This application is deployed internally at the University of Idaho. Only the latest version on the main branch receives security updates.

If you discover a security vulnerability in this application, please report it responsibly:

1. Do not open a public GitHub issue for security vulnerabilities.
2. Email iids-security@uidaho.edu with:
   • Description of the vulnerability
   • Steps to reproduce
   • Potential impact assessment
   • Suggested fix (if available)
3. You will receive an acknowledgment within 2 business days.
4. We aim to provide a fix or mitigation within 10 business days for critical issues.

The following are in scope for security reports:

• The UCM Daily Register web application (frontend and backend)
• API endpoints and data handling
• Authentication and authorization mechanisms
• Data exposure or leakage vulnerabilities
• Dependency vulnerabilities in production runtime

The following are out of scope:

• The University of Idaho network infrastructure
• Third-party services (Anthropic, OpenAI, Trumba, PeopleAdmin)
• Denial-of-service attacks
• Social engineering

The application uses a header-based role system (X-User-Role) that relies on the reverse proxy and network controls to set the header correctly. There is no application-level token verification.

Known limitation: This model is appropriate for an internal tool behind university network controls but would not be suitable for a publicly exposed application without additional authentication hardening (JWT, OAuth, or SAML integration).

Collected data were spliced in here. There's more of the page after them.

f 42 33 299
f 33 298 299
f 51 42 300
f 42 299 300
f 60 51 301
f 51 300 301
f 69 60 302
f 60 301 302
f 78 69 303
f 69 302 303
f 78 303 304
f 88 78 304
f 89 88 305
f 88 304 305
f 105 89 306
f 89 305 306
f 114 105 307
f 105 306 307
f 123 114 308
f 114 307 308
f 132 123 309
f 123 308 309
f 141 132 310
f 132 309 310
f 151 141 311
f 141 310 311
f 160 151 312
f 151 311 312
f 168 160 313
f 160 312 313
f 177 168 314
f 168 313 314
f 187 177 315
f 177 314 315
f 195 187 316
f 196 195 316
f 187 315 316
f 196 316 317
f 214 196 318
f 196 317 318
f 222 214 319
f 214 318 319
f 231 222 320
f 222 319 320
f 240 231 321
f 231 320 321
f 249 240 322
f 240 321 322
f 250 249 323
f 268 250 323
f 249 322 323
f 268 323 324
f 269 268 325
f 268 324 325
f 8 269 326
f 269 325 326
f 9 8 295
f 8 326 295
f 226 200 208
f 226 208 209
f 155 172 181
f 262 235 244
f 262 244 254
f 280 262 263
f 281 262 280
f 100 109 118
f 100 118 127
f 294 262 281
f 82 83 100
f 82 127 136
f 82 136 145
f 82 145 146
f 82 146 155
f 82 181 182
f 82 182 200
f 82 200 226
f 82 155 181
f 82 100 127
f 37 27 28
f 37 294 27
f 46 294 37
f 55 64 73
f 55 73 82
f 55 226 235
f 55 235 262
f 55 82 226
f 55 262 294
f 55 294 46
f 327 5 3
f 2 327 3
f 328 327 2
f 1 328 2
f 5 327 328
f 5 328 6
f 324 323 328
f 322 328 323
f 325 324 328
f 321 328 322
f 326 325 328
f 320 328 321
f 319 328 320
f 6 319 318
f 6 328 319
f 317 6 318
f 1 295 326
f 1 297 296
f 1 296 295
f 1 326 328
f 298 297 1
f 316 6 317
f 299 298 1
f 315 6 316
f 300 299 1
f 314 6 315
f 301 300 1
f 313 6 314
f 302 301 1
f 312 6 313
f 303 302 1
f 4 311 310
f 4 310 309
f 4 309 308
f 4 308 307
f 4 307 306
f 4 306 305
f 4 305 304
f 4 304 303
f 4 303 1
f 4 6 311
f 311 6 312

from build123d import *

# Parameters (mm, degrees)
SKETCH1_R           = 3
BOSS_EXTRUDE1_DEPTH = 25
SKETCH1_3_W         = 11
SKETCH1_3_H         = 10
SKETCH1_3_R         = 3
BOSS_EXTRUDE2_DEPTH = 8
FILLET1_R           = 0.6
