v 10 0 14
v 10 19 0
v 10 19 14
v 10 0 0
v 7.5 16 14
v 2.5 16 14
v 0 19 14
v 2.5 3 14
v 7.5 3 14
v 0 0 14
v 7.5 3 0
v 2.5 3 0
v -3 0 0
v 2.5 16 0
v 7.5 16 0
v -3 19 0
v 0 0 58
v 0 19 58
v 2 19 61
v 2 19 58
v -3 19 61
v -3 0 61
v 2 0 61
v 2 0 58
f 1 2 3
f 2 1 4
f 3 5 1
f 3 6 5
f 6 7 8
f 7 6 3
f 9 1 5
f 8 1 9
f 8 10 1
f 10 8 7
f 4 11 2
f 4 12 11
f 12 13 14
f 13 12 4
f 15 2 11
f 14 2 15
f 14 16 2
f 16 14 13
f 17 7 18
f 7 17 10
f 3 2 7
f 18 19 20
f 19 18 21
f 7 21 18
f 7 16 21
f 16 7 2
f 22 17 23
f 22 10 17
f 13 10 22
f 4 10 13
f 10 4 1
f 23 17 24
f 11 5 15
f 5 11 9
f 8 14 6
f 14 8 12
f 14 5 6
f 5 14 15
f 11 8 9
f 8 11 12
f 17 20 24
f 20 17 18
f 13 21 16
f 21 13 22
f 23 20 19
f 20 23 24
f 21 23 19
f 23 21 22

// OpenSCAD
// total length of device less the length of the type A connector
LengthOfBody=44;
// thickness from centerline of type A connector to bottom
// if the device is symmetrical, this value is the thickness of the body / 2
BottomHalfBodyThickness=5;
// tab hight to hold device in place
HeightOfLatch=5;


difference()
{
	// a cube to hold the USB type A connector
	// on the device
	cube([10,19,14]);
	
	// make a hole to slide the type A connector into
	translate([((BottomHalfBodyThickness*2)-5)/2,(19-13)/2,0])
	cube([5,13,15]);
}

// bottom plate to hold everything together
translate([-3,0,0])
cube([3,19,LengthOfBody+14]);

// clip to hold the device in place
translate([-3,0,LengthOfBody+14])
cube([HeightOfLatch,19,3]);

• PII minimization: Only submitter name and email are collected. These are not included in AI prompts or published newsletters.
• Secrets: API keys and database credentials are managed via environment variables, never committed to the repository.
• CORS: Configurable allowed origins via CORS_ORIGINS environment variable.
• Input validation: All API inputs validated via Pydantic schemas before processing.
• SQL injection: Mitigated by SQLAlchemy ORM (parameterized queries throughout).
• XSS: React frontend provides built-in XSS protection. HTML in newsletter content is sanitized during .docx export.

Content sent to external LLM providers (Anthropic, OpenAI) is limited to submission headlines, bodies, and notes. No PII fields (name, email) are included in prompts. See Data Governance for details.

The on-premises MindRouter provider keeps all data within University of Idaho infrastructure.

• Restricted to image formats (JPEG, PNG, GIF, WebP)
• Maximum file size: 10 MB
• Files renamed to UUID on upload (original filename discarded)
• Stored on a dedicated Docker volume, not served directly by the application

• Before each production deployment: Run pip-audit and npm audit
• Monthly during active development: Review SBOM and audit reports
• On security advisory notification: Patch critical vulnerabilities within 5 business days

Software Bill of Materials in CycloneDX format is maintained in the sbom/ directory. See sbom/README.md for regeneration instructions and the latest vulnerability report.

See sbom/README.md for the latest vulnerability audit results.

• Server: Internal university infrastructure (openera.insight.uidaho.edu)
• Network: Custom 10.x.x.x subnet (not publicly routable)
• TLS: Terminated at the university reverse proxy / load balancer
• Containers: Only the nginx frontend container has a host port mapping; the backend is internal to the Docker network
• Database: External PostgreSQL on a shared Docker network (insight-db-net), accessible only within the server environment

Secrets are injected at container startup via environment variables. They are never logged, committed, or exposed via API responses.